### Records provided:
┄┄┄┄┄┄┄┄┄┄

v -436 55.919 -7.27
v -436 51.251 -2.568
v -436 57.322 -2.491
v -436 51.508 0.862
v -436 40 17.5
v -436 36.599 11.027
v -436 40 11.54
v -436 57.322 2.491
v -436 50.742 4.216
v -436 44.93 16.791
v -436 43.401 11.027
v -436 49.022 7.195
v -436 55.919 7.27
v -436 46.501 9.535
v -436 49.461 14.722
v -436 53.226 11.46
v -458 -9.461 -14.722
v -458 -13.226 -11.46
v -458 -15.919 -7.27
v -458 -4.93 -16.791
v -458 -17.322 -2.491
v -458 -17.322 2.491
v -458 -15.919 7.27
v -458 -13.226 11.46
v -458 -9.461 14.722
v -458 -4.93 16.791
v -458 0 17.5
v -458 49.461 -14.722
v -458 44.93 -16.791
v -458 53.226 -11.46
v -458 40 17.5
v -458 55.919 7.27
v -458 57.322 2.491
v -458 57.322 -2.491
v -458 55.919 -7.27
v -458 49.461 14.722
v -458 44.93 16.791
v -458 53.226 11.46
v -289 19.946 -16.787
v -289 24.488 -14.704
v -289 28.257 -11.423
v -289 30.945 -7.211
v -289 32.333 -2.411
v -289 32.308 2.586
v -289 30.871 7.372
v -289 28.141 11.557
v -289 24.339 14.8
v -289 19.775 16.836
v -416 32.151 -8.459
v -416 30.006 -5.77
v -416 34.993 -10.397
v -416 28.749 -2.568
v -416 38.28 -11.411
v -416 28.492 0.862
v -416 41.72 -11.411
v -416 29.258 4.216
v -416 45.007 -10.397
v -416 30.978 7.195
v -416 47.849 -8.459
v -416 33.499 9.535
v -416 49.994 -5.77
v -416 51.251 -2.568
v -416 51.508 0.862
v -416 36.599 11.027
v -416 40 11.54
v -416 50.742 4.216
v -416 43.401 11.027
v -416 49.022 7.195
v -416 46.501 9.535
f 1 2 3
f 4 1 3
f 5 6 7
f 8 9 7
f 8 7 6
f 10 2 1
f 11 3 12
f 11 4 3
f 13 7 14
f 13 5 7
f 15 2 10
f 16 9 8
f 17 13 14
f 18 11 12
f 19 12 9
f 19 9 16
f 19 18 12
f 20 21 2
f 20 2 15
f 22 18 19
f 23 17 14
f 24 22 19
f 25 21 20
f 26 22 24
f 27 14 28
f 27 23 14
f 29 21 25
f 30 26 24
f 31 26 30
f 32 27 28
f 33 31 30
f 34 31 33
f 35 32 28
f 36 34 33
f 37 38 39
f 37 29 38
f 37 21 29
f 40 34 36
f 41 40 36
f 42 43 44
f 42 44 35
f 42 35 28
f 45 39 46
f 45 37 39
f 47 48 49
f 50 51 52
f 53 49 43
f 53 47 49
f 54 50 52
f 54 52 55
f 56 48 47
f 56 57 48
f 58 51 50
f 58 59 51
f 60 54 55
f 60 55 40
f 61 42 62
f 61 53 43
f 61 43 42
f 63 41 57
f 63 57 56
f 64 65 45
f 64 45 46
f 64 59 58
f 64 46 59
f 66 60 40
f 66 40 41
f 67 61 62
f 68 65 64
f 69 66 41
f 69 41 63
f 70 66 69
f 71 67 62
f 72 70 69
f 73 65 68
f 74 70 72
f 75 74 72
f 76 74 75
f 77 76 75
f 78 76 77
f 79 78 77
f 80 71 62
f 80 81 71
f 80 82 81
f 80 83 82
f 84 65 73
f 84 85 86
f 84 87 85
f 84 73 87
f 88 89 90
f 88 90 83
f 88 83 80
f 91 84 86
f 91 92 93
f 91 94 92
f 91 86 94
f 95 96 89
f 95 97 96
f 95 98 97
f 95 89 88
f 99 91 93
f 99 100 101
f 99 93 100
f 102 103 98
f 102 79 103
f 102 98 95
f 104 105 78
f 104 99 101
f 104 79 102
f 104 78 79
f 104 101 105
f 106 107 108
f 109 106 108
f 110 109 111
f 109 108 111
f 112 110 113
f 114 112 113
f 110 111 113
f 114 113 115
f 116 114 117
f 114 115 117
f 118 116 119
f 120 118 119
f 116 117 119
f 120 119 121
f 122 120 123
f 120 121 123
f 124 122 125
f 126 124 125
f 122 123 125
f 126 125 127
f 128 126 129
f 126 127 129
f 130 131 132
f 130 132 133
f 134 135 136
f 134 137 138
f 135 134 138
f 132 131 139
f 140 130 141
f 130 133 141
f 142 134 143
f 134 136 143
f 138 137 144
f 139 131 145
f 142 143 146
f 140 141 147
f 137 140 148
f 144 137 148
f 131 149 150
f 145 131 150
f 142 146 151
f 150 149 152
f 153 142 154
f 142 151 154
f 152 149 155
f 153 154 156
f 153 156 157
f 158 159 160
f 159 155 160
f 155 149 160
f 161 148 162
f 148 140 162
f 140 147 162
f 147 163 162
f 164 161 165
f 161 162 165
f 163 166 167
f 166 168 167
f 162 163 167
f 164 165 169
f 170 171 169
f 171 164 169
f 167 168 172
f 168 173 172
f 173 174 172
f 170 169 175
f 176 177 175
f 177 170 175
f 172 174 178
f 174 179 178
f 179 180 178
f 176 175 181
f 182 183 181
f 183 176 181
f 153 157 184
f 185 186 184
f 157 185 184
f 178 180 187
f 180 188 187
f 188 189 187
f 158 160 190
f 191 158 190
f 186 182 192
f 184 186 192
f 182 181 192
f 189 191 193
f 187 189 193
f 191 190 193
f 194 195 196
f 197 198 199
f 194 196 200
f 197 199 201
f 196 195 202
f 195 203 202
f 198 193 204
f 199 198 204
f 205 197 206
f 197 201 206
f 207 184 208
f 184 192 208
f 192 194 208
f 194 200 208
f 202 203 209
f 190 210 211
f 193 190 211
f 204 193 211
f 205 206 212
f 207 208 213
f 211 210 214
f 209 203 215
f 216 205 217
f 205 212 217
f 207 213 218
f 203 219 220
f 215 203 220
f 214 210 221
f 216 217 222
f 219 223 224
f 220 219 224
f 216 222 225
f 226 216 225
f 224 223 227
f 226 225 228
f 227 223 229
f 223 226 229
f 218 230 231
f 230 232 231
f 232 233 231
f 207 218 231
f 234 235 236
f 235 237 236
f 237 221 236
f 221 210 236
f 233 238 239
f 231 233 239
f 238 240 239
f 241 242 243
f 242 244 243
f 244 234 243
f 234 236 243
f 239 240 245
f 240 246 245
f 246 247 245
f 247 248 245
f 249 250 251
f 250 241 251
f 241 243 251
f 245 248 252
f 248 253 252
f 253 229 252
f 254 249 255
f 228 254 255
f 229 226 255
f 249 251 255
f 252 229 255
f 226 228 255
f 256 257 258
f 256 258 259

┄┄┄┄┄┄┄┄┄┄

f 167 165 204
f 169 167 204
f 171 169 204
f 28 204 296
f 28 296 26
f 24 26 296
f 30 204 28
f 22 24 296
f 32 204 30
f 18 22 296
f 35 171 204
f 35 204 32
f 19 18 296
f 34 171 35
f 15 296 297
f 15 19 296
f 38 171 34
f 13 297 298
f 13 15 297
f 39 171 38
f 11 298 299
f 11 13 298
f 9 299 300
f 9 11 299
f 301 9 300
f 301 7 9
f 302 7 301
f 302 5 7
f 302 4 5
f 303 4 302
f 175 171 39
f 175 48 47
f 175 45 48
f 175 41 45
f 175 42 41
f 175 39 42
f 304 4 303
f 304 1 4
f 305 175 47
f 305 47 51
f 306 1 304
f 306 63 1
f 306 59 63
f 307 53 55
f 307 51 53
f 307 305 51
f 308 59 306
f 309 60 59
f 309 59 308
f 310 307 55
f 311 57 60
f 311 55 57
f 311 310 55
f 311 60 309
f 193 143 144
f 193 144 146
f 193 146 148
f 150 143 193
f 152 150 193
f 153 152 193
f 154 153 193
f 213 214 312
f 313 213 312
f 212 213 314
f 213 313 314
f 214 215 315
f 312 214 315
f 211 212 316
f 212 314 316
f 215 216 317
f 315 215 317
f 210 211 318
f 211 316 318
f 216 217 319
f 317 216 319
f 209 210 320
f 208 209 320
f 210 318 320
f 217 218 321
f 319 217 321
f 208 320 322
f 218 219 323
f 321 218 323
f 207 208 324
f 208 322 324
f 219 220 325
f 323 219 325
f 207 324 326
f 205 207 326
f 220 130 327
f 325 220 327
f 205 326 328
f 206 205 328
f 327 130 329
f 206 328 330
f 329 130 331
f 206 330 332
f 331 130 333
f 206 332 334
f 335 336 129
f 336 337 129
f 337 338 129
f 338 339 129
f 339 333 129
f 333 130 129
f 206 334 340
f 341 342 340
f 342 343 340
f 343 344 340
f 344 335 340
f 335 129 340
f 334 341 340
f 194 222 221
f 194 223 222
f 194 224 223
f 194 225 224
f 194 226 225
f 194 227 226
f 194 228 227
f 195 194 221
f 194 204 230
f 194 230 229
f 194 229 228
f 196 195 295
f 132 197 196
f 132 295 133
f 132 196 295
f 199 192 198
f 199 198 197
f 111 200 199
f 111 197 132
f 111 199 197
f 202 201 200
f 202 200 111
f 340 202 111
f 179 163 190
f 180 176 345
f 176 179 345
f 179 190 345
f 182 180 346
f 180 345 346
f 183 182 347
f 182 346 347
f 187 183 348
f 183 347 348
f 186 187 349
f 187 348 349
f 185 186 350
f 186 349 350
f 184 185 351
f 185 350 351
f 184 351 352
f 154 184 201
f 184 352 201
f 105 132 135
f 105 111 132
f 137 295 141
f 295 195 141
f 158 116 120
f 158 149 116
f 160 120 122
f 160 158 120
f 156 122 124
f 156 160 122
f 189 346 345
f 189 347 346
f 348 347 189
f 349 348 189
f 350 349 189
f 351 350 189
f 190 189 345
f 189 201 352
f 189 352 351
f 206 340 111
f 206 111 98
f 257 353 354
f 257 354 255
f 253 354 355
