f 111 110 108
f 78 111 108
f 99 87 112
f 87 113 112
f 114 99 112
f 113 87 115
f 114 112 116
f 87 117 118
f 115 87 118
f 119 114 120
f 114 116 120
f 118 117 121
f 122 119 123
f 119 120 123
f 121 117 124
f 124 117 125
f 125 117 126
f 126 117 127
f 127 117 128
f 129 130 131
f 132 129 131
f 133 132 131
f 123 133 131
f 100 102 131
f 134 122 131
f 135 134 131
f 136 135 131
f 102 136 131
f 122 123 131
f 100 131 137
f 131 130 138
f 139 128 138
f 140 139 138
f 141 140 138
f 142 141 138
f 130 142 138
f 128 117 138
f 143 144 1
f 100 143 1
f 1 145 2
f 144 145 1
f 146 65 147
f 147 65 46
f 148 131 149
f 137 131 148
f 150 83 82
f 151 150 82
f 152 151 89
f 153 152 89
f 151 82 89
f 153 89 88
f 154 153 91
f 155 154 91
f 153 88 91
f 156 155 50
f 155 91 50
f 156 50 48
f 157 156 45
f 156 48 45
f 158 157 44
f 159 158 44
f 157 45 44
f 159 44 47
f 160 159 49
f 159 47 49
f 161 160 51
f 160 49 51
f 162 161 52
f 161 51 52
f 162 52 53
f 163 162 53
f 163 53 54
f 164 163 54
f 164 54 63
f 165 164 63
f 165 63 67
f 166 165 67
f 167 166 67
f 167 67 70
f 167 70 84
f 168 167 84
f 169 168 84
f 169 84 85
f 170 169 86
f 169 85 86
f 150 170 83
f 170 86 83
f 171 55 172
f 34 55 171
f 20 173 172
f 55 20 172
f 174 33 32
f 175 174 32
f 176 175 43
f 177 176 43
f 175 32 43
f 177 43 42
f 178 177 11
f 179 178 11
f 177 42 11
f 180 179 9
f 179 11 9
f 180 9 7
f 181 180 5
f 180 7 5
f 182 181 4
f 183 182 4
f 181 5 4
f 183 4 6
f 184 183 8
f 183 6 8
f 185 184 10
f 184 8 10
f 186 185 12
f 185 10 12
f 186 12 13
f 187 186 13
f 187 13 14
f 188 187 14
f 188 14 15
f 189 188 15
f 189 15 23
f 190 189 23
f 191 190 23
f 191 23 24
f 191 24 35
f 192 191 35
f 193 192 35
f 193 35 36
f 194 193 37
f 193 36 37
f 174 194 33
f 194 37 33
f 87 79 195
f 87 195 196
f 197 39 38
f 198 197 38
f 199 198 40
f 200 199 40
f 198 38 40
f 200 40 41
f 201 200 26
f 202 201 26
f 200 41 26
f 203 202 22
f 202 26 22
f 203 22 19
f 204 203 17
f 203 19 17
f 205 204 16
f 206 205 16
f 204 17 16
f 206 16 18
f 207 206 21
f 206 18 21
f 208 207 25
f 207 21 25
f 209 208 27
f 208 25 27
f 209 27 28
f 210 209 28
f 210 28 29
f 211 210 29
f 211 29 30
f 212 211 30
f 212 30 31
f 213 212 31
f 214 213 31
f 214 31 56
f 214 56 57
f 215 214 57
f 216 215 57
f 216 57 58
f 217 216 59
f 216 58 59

┄┄┄┄┄┄┄┄┄┄

### Task details:
Above are some lines. Repeat exactly, and only, those from the line that has "f 116 114 117" through the line that has "f 161 162 165".

### Expected answer:
f 116 114 117
f 114 115 117
f 118 116 119
f 120 118 119
f 116 117 119
f 120 119 121
f 122 120 123
f 120 121 123
f 124 122 125
f 126 124 125
f 122 123 125
f 126 125 127
f 128 126 129
f 126 127 129
f 130 131 132
f 130 132 133
f 134 135 136
f 134 137 138
f 135 134 138
f 132 131 139
f 140 130 141
f 130 133 141
f 142 134 143
f 134 136 143
f 138 137 144
f 139 131 145
f 142 143 146
f 140 141 147
f 137 140 148
f 144 137 148
f 131 149 150
f 145 131 150
f 142 146 151
f 150 149 152
f 153 142 154
f 142 151 154
f 152 149 155
f 153 154 156
f 153 156 157
f 158 159 160
f 159 155 160
f 155 149 160
f 161 148 162
f 148 140 162
f 140 147 162
f 147 163 162
f 164 161 165
f 161 162 165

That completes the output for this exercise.